Field Notes: Buenos Aires, Argentina

12/12/2011 § 7 Comments

Palermo Soho

Plaza de Mayo

Mausoleum of General San Martín, Buenos Aires Metropolitan Cathedral

Mercado de San Telmo

Museum ships

Argentine Polo Open

Recoleta Cemetary

Field Notes: Buenos Aires

As you may recall, I recently returned from a trip to Buenos Aires and I have been raving about the city to anyone who will listen.  The word amazing has definitely been bandied about quite a bit.  Simultaneously cosmopolitan and relaxing, the city makes for a perfect destination when the northern hemisphere turns to winter.  With the exchange rate currently in my favor (~4.6 pesos to the dollar), it was an affordable escape as well.  Of course, I am plotting my return trip as we speak…

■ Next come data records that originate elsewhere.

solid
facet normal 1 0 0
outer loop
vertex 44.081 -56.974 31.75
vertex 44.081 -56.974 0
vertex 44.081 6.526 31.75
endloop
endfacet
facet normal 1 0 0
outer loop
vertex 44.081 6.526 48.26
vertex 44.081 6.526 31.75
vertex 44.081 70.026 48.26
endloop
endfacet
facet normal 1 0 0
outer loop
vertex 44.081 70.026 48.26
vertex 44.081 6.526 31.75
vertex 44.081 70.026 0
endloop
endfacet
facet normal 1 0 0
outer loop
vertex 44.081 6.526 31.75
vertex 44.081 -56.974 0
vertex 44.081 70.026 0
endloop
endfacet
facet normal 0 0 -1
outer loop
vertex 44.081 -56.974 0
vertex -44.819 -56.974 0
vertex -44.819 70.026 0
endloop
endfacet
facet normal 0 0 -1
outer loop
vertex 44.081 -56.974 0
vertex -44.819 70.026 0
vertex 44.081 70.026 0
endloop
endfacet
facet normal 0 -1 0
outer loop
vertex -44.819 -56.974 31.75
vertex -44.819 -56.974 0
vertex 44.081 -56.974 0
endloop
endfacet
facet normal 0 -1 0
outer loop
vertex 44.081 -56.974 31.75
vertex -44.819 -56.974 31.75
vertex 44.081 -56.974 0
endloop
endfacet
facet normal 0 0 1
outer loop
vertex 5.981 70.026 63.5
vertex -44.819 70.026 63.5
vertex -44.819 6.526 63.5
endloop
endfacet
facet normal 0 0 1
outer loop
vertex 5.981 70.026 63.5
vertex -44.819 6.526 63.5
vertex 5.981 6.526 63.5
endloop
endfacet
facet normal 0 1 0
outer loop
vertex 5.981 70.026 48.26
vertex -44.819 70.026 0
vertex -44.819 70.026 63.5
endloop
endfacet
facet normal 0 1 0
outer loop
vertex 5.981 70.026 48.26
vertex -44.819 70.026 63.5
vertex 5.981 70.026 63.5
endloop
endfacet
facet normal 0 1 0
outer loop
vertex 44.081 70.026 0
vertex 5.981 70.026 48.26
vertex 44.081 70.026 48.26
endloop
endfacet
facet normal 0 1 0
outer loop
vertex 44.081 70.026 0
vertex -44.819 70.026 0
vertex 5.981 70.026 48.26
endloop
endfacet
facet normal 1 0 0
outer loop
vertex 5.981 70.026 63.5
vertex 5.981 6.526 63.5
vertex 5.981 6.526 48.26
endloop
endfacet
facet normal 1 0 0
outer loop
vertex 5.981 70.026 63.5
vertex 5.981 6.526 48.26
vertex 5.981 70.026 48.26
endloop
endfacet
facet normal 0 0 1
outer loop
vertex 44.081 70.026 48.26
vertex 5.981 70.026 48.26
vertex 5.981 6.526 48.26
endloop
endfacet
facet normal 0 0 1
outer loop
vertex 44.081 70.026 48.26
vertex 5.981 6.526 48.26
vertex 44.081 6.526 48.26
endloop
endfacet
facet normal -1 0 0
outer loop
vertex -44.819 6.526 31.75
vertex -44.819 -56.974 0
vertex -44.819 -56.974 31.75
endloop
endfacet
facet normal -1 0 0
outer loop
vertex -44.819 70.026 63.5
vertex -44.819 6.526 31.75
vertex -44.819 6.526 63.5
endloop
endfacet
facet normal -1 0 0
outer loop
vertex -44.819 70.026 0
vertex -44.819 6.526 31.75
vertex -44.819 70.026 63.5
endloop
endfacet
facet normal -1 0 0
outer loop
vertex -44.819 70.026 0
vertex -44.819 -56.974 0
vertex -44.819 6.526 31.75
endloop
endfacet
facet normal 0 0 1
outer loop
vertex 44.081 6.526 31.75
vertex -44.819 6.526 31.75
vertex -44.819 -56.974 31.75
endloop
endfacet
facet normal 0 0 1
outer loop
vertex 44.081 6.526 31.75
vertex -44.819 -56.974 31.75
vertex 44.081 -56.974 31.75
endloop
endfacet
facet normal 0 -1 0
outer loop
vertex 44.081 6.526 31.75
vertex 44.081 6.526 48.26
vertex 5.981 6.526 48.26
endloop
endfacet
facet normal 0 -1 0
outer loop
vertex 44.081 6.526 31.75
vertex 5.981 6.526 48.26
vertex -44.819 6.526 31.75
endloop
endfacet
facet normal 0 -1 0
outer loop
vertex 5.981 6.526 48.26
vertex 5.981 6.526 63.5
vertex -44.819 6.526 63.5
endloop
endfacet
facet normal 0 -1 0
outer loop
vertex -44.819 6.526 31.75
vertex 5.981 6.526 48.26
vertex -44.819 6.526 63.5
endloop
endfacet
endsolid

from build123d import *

# Parameters (mm, degrees)
F0_W     = 88.9
F0_H     = 127
F1_DEPTH = 63.5
F2_W     = 38.1
F2_H     = 63.5
F3_DEPTH = 15.24
F5_DEPTH = 31.75


with BuildPart() as f1:
    # F0 (on Top) → F1 (new body)
    with BuildSketch(Plane.XY):
        with Locations((-0.36866225, 6.5260546505)):
            Rectangle(F0_W, F0_H)
    extrude(amount=F1_DEPTH)

    # F2 (on face) → F3 (cut)
    with BuildSketch(Plane.XY.offset(63.5)):
        with Locations((25.03133775, 38.2760546505)):
            Rectangle(F2_W, F2_H)
    extrude(amount=-F3_DEPTH, mode=Mode.SUBTRACT)

    # F4 (on face) → F5 (cut)
    with BuildSketch(Plane.XY.offset(63.5)):
        Polygon((44.08133775, 6.5260546505), (5.98133775, 6.5260546505), (-44.81866225, 6.5260546505), (-44.81866225, -56.9739453495), (44.08133775, -56.9739453495), align=None)
    extrude(amount=-F5_DEPTH, mode=Mode.SUBTRACT)


solid = f1.part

I recommend staying in one of the Palermo neighborhoods: Hollywood or Soho.  The neighborhoods are named for their resemblance to the American cities with the same name: Soho with its bustling shopping and dining, Hollywood with its concentration of the city’s media companies.  I stayed in Palermo Soho and found it to be well located and felt exceptionally safe after dark.  It is, however, a bit of a walk to the Subte (subway), but taxis are plentiful and quite affordable.  Instead of staying in a hotel, I rented a flat, which is definitely the most cost-effective option.  Through Buenos Aires Rents, I found a sparkling clean studio in a brand new building with 24-hour doorman service, laundry, gym and roof deck with a pool, for a little over $60 per night.  While renting a flat means you don’t have a concierge on hand at all times, the folks at Buenos Aires Rents were always immediately available for my questions and also offer car service for airport transfers.  If you are the type that requires daily room service, take a look at Esplendor Palermo Soho, which was darling and directly around the corner from where I stayed.

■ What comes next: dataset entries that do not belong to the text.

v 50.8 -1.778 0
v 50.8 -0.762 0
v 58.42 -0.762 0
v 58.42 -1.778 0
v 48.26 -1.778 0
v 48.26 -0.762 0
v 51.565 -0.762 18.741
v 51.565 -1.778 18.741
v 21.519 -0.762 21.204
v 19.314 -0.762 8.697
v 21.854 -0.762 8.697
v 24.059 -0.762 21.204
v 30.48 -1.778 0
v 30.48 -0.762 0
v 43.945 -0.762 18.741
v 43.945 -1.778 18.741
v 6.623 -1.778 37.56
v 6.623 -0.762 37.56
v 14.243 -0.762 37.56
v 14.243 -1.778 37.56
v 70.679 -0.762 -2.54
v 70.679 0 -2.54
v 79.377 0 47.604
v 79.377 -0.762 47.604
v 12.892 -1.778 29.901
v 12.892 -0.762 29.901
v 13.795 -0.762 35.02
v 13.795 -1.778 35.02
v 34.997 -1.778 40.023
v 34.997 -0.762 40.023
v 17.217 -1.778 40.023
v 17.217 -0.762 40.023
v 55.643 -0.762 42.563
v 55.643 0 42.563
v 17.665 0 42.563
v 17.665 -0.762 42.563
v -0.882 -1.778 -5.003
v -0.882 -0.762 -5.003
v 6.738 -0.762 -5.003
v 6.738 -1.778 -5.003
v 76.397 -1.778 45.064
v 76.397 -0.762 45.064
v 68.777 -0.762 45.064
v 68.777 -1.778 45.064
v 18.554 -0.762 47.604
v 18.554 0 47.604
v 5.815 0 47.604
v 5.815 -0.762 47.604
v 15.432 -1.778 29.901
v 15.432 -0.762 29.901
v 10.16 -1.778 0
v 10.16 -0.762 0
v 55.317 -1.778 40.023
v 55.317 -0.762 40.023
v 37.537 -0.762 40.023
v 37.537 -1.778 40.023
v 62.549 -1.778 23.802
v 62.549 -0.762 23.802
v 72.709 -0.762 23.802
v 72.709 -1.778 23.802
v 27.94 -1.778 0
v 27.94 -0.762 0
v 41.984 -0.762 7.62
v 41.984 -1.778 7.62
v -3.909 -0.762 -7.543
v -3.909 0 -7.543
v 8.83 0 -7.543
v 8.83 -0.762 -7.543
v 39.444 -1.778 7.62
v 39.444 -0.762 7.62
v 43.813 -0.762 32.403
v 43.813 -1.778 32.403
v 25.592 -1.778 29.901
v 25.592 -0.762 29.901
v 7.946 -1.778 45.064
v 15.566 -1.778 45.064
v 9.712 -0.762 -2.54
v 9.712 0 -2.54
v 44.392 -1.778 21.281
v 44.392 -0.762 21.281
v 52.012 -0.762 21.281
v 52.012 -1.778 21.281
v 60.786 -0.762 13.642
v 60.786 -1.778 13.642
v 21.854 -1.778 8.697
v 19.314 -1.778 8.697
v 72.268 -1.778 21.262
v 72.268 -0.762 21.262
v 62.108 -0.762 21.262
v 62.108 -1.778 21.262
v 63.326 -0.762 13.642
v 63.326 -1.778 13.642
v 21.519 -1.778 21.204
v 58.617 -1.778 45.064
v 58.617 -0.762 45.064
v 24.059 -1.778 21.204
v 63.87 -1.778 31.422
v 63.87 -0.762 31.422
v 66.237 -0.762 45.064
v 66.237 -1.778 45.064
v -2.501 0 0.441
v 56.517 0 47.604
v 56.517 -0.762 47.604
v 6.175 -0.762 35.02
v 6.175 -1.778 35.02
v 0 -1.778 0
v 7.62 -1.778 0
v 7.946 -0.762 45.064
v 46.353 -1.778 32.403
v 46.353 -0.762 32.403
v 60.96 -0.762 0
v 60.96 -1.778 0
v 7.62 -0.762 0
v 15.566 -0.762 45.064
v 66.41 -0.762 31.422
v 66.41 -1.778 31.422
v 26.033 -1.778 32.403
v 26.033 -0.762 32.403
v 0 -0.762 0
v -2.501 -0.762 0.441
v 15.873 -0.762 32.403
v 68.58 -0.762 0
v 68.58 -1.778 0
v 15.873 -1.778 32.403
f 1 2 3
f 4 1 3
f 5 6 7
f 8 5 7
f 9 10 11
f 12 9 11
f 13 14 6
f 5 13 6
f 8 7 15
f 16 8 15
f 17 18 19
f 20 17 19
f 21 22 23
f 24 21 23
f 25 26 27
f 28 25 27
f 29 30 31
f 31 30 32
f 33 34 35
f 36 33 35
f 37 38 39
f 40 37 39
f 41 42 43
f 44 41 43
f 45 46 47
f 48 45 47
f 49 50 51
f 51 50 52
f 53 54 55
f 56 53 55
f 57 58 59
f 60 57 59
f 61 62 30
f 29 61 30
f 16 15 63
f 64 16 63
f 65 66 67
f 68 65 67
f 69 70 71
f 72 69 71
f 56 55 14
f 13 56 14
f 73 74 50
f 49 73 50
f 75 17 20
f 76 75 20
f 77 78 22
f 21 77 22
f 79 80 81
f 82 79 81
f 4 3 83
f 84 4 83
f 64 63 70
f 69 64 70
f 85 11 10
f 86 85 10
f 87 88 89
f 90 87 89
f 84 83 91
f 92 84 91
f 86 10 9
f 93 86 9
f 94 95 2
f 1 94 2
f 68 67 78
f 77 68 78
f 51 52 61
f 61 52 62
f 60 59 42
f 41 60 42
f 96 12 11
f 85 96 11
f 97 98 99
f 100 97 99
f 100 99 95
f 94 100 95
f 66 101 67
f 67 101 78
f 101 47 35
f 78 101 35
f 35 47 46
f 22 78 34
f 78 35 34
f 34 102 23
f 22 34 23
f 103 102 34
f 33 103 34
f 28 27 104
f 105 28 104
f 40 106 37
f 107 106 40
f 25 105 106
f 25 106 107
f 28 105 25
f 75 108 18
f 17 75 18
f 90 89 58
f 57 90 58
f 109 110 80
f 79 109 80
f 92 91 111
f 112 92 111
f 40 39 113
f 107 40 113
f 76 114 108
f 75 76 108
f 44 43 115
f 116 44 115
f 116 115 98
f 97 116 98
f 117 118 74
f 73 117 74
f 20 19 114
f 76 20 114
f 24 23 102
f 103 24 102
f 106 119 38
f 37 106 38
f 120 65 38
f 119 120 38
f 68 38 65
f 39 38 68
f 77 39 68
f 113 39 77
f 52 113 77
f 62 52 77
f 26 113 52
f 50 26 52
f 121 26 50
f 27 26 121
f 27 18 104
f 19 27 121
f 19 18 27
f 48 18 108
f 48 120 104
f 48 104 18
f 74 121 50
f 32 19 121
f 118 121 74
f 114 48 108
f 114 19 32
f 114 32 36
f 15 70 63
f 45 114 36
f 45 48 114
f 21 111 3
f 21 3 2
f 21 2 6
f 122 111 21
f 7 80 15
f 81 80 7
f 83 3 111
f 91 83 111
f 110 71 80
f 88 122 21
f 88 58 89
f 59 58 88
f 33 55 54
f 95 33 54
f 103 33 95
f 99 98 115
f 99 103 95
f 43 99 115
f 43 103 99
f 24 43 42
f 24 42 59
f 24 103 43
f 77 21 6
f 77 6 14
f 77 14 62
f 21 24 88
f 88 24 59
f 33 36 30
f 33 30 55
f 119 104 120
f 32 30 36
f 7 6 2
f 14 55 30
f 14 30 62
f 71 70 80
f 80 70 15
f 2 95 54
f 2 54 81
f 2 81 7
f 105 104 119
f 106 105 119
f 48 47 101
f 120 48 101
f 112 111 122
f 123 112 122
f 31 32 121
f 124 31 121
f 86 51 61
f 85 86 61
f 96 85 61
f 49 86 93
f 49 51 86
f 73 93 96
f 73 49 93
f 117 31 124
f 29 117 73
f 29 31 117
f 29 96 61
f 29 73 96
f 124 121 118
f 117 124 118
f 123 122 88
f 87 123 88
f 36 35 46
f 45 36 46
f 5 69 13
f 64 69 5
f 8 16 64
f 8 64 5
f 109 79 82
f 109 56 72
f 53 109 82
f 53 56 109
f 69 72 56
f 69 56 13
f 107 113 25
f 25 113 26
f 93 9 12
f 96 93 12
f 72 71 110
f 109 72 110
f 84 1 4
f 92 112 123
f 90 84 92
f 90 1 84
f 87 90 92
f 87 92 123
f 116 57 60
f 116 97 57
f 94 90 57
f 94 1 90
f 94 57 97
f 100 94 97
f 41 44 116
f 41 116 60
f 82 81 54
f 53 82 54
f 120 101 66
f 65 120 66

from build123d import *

# Parameters (mm, degrees)
F1_DEPTH = 0.762
F2_DEPTH = 1.778


with BuildPart() as f1:
    # F0 (on Front) → F1 (new body)
    with BuildSketch(Plane.XZ):
        Polygon((-2.501412, 0.441066), (-3.909187, -7.542823), (8.829997, -7.542823), (9.712129, -2.54), (70.679427, -2.54), (79.377093, 47.603999), (56.517093, 47.603999), (55.642641, 42.562587), (17.664932, 42.562587), (18.553869, 47.603999), (5.814686, 47.603999), align=None)
        Polygon((-0.882133, -5.002823), (0, 0), (6.174929, 35.019764), (13.794929, 35.019764), (12.892384, 29.901175), (7.62, 0), (6.737867, -5.002823), align=None, mode=Mode.SUBTRACT)
        Polygon((10.16, 0), (15.432384, 29.901175), (25.592384, 29.901175), (26.03345, 32.402587), (15.87345, 32.402587), (17.217062, 40.022587), (34.997062, 40.022587), (27.94, 0), align=None, mode=Mode.SUBTRACT)
        Polygon((48.26, 0), (30.48, 0), (37.537062, 40.022587), (55.317062, 40.022587), (52.012466, 21.281294), (44.392466, 21.281294), (46.35345, 32.402587), (43.81345, 32.402587), (39.443612, 7.62), (41.983612, 7.62), (43.944596, 18.741294), (51.564596, 18.741294), align=None, mode=Mode.SUBTRACT)
        Polygon((14.2428, 37.559764), (6.6228, 37.559764), (7.945999, 45.063999), (15.565999, 45.063999), align=None, mode=Mode.SUBTRACT)
        Polygon((50.8, 0), (58.61652, 45.063999), (66.23652, 45.063999), (63.870264, 31.421999), (66.410264, 31.421999), (68.77652, 45.063999), (76.39652, 45.063999), (72.708546, 23.801999), (62.548546, 23.801999), (62.107974, 21.261999), (72.267974, 21.261999), (68.58, 0), (60.96, 0), (63.326256, 13.641999), (60.786256, 13.641999), (58.42, 0), align=None, mode=Mode.SUBTRACT)
        Polygon((24.058858, 21.204117), (21.518858, 21.204117), (19.313526, 8.697058), (21.853526, 8.697058), align=None)
    extrude(amount=F1_DEPTH)

    # F0 (on Front) → F2 (join)
    with BuildSketch(Plane.XZ):
        Polygon((6.174929, 35.019764), (0, 0), (7.62, 0), (12.892384, 29.901175), (13.794929, 35.019764), align=None)
        Polygon((7.62, 0), (0, 0), (-0.882133, -5.002823), (6.737867, -5.002823), align=None)
        Polygon((7.945999, 45.063999), (6.6228, 37.559764), (14.2428, 37.559764), (15.565999, 45.063999), align=None)
        Polygon((25.592384, 29.901175), (15.432384, 29.901175), (10.16, 0), (27.94, 0), (34.997062, 40.022587), (17.217062, 40.022587), (15.87345, 32.402587), (26.03345, 32.402587), align=None)
        Polygon((19.313526, 8.697058), (21.518858, 21.204117), (24.058858, 21.204117), (21.853526, 8.697058), align=None, mode=Mode.SUBTRACT)
        Polygon((37.537062, 40.022587), (30.48, 0), (48.26, 0), (51.564596, 18.741294), (43.944596, 18.741294), (41.983612, 7.62), (39.443612, 7.62), (43.81345, 32.402587), (46.35345, 32.402587), (44.392466, 21.281294), (52.012466, 21.281294), (55.317062, 40.022587), align=None)
        Polygon((66.23652, 45.063999), (58.61652, 45.063999), (50.8, 0), (58.42, 0), (60.786256, 13.641999), (63.326256, 13.641999), (60.96, 0), (68.58, 0), (72.267974, 21.261999), (62.107974, 21.261999), (62.548546, 23.801999), (72.708546, 23.801999), (76.39652, 45.063999), (68.77652, 45.063999), (66.410264, 31.421999), (63.870264, 31.421999), align=None)
    extrude(amount=F2_DEPTH)


solid = f1.part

Next time, I will definitely stay at the Hotel del Casco, which is actually in San Isidro, a bit north of Buenos Aires proper.  An exceptionally beautiful, 1890s neoclassical palazzo that was formerly the summer home of an aristocratic family, the Hotel del Casco has been converted into a gorgeous 20 room hotel that retains much of its original 19th century aesthetic.

Hotel del Casco.  Perfection.

Buenos Aires is a city that easily lends itself to cafe lingering and meandering.  I spent many lovely, lazy mornings people-watching over coffee and toast topped with dulce de leche in corner cafes.  Afternoons were for siestas.  Evenings were for late and lengthy dinners of steak and malbec.   But should you be more itinerary-minded, there is plenty to do.  Visit one of the many art museums, go to the Plaza de Mayo and see the Casa Rosada, shop for antiques in the San Telmo market on Sundays, board the museum ships of Puerto Madero, and visit the massive Recoleta Cemetary (where you can find the tomb of Eva Peron).  I especially recommend Graffitimundo, a great tour of Buenos Aires street art and graffiti, for an inside look at a burgeoning art scene and neighborhoods a bit off the normal tourist route.  If you go in mid-November as I did, you can catch the Argentine Polo Open, which I quite enjoyed.

As for cuisine, Buenos Aires is widely known for their red meat and red wine.  I had fantastic meals at Don Julio (Guatemala 4691 in Palermo Soho) and El Trapiche (Paraguay 5099 in El Centro).  I also dined at what is widely considered the best restaurant in town, Cabaña Las Lilas (A.M. de Justo 516 in Puerto Madero).  While Cabaña Las Lilas was quite good and takes full advantage of their picturesque setting, I definitely preferred the atmosphere of Don Julio and El Trapiche, both of which felt more locally authentic and less touristy.  It is also worth noting that most of my dinners — with multiple courses and wine — tended to run between $25 and $40 per person.  Also, make sure not to miss Cafe Tortoni (Avenida De Mayo 825), the oldest coffee shop in all of Argentina, founded in 1858.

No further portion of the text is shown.